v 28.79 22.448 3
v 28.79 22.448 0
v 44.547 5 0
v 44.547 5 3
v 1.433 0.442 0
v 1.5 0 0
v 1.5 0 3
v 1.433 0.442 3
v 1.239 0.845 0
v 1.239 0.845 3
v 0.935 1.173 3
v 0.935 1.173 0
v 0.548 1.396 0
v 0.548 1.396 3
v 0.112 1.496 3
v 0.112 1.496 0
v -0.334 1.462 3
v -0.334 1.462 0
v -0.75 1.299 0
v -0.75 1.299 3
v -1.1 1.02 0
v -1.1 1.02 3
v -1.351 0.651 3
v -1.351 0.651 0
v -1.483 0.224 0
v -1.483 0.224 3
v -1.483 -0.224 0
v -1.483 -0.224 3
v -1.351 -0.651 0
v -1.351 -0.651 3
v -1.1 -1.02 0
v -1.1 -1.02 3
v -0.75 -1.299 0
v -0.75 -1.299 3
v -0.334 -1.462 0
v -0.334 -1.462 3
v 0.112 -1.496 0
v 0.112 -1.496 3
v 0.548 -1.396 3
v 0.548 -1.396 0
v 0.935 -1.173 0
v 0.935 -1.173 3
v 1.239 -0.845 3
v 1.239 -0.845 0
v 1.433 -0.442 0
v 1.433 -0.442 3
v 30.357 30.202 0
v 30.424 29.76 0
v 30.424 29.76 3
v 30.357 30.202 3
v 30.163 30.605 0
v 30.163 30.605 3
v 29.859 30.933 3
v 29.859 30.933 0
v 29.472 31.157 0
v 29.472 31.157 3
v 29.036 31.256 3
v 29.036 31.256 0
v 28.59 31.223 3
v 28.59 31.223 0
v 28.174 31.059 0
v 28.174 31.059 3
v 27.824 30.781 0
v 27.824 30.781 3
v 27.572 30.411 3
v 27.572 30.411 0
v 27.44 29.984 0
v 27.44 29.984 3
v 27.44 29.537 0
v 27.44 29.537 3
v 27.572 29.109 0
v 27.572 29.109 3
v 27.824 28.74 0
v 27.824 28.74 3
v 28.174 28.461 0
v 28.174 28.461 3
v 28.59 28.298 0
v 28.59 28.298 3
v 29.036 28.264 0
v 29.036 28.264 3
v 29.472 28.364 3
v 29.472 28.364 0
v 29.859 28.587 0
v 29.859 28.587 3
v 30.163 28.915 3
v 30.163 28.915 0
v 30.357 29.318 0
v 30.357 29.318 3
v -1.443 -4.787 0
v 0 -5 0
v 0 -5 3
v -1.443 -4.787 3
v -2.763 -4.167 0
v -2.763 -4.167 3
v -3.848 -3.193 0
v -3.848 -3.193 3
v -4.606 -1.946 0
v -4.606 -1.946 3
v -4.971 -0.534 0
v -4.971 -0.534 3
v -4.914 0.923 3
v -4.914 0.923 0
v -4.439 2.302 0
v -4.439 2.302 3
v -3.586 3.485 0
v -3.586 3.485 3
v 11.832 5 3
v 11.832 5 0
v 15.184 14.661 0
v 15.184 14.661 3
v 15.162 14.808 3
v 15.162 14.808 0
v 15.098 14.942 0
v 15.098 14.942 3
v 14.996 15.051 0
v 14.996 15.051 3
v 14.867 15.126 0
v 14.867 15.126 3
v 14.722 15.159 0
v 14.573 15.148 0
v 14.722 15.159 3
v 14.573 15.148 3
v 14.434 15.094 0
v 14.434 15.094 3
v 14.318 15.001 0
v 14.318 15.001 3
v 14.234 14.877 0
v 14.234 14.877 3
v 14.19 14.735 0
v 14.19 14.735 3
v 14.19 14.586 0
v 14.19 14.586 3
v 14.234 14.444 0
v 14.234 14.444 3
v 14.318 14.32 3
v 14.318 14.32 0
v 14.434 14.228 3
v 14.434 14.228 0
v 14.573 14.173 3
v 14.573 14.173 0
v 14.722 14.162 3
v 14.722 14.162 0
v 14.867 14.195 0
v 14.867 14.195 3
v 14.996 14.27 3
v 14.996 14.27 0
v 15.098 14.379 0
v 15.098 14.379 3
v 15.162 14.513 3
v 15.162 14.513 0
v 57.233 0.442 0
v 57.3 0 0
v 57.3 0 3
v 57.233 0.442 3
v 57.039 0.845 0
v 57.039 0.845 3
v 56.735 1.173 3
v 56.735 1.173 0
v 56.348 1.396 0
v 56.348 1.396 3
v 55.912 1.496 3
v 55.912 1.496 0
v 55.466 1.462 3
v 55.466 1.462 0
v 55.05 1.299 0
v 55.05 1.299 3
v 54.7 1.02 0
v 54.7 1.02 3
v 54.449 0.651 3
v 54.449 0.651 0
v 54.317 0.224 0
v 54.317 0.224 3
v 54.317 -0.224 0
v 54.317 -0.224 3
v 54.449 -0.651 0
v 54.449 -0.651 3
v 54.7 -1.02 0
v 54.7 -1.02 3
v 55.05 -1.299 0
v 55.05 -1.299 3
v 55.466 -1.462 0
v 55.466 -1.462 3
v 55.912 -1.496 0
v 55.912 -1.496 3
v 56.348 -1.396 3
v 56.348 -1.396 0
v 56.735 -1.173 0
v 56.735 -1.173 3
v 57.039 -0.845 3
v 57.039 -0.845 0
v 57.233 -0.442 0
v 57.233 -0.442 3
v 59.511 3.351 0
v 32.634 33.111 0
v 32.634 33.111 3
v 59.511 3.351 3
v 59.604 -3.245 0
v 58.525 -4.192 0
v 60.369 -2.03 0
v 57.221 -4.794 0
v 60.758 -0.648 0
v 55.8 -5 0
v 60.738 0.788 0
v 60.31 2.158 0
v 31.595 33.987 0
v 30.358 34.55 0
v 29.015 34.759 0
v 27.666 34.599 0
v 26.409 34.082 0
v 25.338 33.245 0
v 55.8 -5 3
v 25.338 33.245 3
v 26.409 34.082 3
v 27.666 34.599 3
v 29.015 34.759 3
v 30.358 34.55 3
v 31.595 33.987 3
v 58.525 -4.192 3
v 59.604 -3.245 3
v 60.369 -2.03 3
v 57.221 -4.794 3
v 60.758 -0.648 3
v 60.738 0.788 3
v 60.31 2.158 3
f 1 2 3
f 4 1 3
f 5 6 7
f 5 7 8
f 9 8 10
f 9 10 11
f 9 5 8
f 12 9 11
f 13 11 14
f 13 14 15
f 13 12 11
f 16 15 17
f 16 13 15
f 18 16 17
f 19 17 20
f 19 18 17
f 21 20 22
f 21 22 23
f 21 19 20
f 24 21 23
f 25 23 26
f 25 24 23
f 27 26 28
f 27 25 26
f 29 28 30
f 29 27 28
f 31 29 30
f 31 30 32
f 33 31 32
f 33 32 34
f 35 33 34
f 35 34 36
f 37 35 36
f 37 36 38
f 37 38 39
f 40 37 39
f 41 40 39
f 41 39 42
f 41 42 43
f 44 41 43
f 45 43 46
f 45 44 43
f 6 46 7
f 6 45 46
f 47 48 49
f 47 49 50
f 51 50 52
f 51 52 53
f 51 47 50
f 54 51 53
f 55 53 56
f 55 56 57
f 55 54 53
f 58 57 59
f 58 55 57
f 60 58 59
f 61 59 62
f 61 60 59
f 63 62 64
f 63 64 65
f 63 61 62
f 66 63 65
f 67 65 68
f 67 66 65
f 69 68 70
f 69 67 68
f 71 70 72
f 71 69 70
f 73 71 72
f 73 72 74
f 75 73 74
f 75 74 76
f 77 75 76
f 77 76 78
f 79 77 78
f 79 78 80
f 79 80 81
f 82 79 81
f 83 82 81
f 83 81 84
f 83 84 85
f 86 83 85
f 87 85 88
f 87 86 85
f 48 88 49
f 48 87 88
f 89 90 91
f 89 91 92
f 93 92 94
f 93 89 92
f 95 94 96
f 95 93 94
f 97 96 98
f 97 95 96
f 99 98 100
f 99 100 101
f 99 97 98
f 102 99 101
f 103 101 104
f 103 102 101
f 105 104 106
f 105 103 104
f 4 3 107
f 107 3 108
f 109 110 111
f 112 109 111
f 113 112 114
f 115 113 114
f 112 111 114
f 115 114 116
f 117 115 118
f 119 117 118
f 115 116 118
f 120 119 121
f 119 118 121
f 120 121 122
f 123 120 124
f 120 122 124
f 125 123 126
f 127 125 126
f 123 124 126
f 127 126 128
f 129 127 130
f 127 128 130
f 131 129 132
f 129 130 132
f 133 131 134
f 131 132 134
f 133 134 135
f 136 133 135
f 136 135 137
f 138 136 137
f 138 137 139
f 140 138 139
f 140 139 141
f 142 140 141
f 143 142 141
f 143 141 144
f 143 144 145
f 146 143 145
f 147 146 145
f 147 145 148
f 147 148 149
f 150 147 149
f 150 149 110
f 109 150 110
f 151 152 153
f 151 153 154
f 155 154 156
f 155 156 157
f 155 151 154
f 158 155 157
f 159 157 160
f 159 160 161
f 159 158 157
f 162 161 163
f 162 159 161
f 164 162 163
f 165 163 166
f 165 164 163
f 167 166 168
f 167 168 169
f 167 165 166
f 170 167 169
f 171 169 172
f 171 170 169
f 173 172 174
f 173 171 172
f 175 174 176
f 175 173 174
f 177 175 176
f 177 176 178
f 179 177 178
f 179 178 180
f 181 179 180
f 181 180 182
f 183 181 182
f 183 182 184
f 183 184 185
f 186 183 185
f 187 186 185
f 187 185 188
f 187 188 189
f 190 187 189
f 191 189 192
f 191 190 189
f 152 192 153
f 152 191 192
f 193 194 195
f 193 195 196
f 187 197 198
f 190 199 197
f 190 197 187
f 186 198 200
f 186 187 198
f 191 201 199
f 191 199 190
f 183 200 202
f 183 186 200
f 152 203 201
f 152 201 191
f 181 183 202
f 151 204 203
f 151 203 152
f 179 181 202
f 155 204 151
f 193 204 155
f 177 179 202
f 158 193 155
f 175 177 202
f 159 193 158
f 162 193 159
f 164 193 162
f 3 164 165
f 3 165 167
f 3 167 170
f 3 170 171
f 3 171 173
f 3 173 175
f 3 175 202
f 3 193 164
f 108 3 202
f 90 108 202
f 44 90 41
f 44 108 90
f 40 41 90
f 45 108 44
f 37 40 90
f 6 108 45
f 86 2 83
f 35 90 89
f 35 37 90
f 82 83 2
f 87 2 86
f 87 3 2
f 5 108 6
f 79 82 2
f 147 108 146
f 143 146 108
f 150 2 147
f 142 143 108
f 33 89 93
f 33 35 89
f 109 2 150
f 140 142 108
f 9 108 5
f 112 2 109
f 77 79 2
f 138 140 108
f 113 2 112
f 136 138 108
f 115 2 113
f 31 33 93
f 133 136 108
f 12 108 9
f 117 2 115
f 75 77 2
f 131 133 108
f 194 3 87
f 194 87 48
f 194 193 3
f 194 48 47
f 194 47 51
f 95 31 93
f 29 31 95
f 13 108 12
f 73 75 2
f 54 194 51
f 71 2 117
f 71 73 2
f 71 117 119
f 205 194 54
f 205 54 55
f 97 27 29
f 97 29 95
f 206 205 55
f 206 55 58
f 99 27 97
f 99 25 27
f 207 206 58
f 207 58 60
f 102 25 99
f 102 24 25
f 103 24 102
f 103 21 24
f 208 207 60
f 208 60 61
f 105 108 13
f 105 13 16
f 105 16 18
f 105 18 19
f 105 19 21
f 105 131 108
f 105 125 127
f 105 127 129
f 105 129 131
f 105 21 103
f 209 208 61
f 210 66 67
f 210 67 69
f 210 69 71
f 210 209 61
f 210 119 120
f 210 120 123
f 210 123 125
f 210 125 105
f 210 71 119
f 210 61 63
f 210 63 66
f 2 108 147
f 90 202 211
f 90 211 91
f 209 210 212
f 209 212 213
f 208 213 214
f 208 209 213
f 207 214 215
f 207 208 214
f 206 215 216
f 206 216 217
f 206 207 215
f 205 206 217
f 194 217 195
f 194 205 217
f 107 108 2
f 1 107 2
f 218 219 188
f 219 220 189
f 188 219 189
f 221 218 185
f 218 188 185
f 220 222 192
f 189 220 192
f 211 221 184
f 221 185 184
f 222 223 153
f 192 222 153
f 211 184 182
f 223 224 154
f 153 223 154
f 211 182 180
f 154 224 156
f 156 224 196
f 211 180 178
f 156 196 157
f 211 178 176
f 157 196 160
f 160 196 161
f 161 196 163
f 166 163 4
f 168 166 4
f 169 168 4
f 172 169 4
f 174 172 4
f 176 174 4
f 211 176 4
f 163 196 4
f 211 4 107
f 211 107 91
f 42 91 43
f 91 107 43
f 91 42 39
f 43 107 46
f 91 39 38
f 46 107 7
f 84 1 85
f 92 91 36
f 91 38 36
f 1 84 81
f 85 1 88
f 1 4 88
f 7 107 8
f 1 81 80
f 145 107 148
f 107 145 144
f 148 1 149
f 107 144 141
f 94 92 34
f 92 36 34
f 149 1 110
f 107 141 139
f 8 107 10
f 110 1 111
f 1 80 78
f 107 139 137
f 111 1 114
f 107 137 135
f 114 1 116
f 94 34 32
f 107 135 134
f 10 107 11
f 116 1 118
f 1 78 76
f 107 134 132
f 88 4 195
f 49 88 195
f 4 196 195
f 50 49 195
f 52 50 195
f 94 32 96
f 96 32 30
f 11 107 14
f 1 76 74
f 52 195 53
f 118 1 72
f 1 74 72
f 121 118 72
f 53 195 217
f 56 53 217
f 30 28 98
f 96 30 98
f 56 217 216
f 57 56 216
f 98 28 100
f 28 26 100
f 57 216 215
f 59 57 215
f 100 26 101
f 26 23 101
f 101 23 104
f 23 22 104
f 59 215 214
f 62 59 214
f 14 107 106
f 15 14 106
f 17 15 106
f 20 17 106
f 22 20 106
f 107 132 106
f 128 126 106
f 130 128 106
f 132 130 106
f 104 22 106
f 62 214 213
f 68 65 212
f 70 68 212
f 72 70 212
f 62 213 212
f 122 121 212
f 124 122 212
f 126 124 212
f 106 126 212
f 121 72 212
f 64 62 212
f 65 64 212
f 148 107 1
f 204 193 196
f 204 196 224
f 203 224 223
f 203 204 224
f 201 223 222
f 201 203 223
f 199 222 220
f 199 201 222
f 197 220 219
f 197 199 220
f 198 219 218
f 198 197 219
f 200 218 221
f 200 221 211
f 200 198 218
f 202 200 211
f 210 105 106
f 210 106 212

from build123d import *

# Parameters (mm, degrees)
SKETCH1_R           = 1.5
BOSS_EXTRUDE1_DEPTH = 3
SKETCH2_R           = 0.5
CUT_EXTRUDE1_DEPTH  = 71.099319323


with BuildPart() as part:
    # Sketch1 → Boss-Extrude1 (new body)
    with BuildSketch(Plane.XY):
        with BuildLine():
            Line((-3.585571578, 3.484777821), (25.338084336, 33.245021916))
            ThreePointArc((25.338084336, 33.245021916), (29.015202221, 34.759405952), (32.634409542, 33.111409193))
            Line((32.634409542, 33.111409193), (59.510753628, 3.351165098))
            ThreePointArc((59.510753628, 3.351165098), (60.369235466, -2.030292406), (55.8, -5))
            Line((55.8, -5), (0, -5))
            ThreePointArc((0, -5), (-4.605642686, -1.946292745), (-3.585571578, 3.484777821))
        make_face()
        with Locations((28.923655914, 29.760244095)):
            Circle(SKETCH1_R, mode=Mode.SUBTRACT)
        Circle(SKETCH1_R, mode=Mode.SUBTRACT)
        with Locations((55.8, 0)):
            Circle(SKETCH1_R, mode=Mode.SUBTRACT)
        Polygon((11.831834391, 5), (28.7897593, 22.448416138), (44.547346313, 5), align=None, mode=Mode.SUBTRACT)
    extrude(amount=BOSS_EXTRUDE1_DEPTH)

    # Sketch2 → Cut-Extrude1 (cut, through all)
    with BuildSketch(Plane.XY.offset(3)):
        with Locations((14.684404162, 14.660517535)):
            Circle(SKETCH2_R)
    extrude(amount=-CUT_EXTRUDE1_DEPTH, mode=Mode.SUBTRACT)


solid = part.part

> [WHAT IS REQUIRED]: The lines from the first of the entries through the line holding "v -1.483 0.224 0" are to be restated word for word, and no others.

> [ANSWER AREA]:
v 28.79 22.448 3
v 28.79 22.448 0
v 44.547 5 0
v 44.547 5 3
v 1.433 0.442 0
v 1.5 0 0
v 1.5 0 3
v 1.433 0.442 3
v 1.239 0.845 0
v 1.239 0.845 3
v 0.935 1.173 3
v 0.935 1.173 0
v 0.548 1.396 0
v 0.548 1.396 3
v 0.112 1.496 3
v 0.112 1.496 0
v -0.334 1.462 3
v -0.334 1.462 0
v -0.75 1.299 0
v -0.75 1.299 3
v -1.1 1.02 0
v -1.1 1.02 3
v -1.351 0.651 3
v -1.351 0.651 0
v -1.483 0.224 0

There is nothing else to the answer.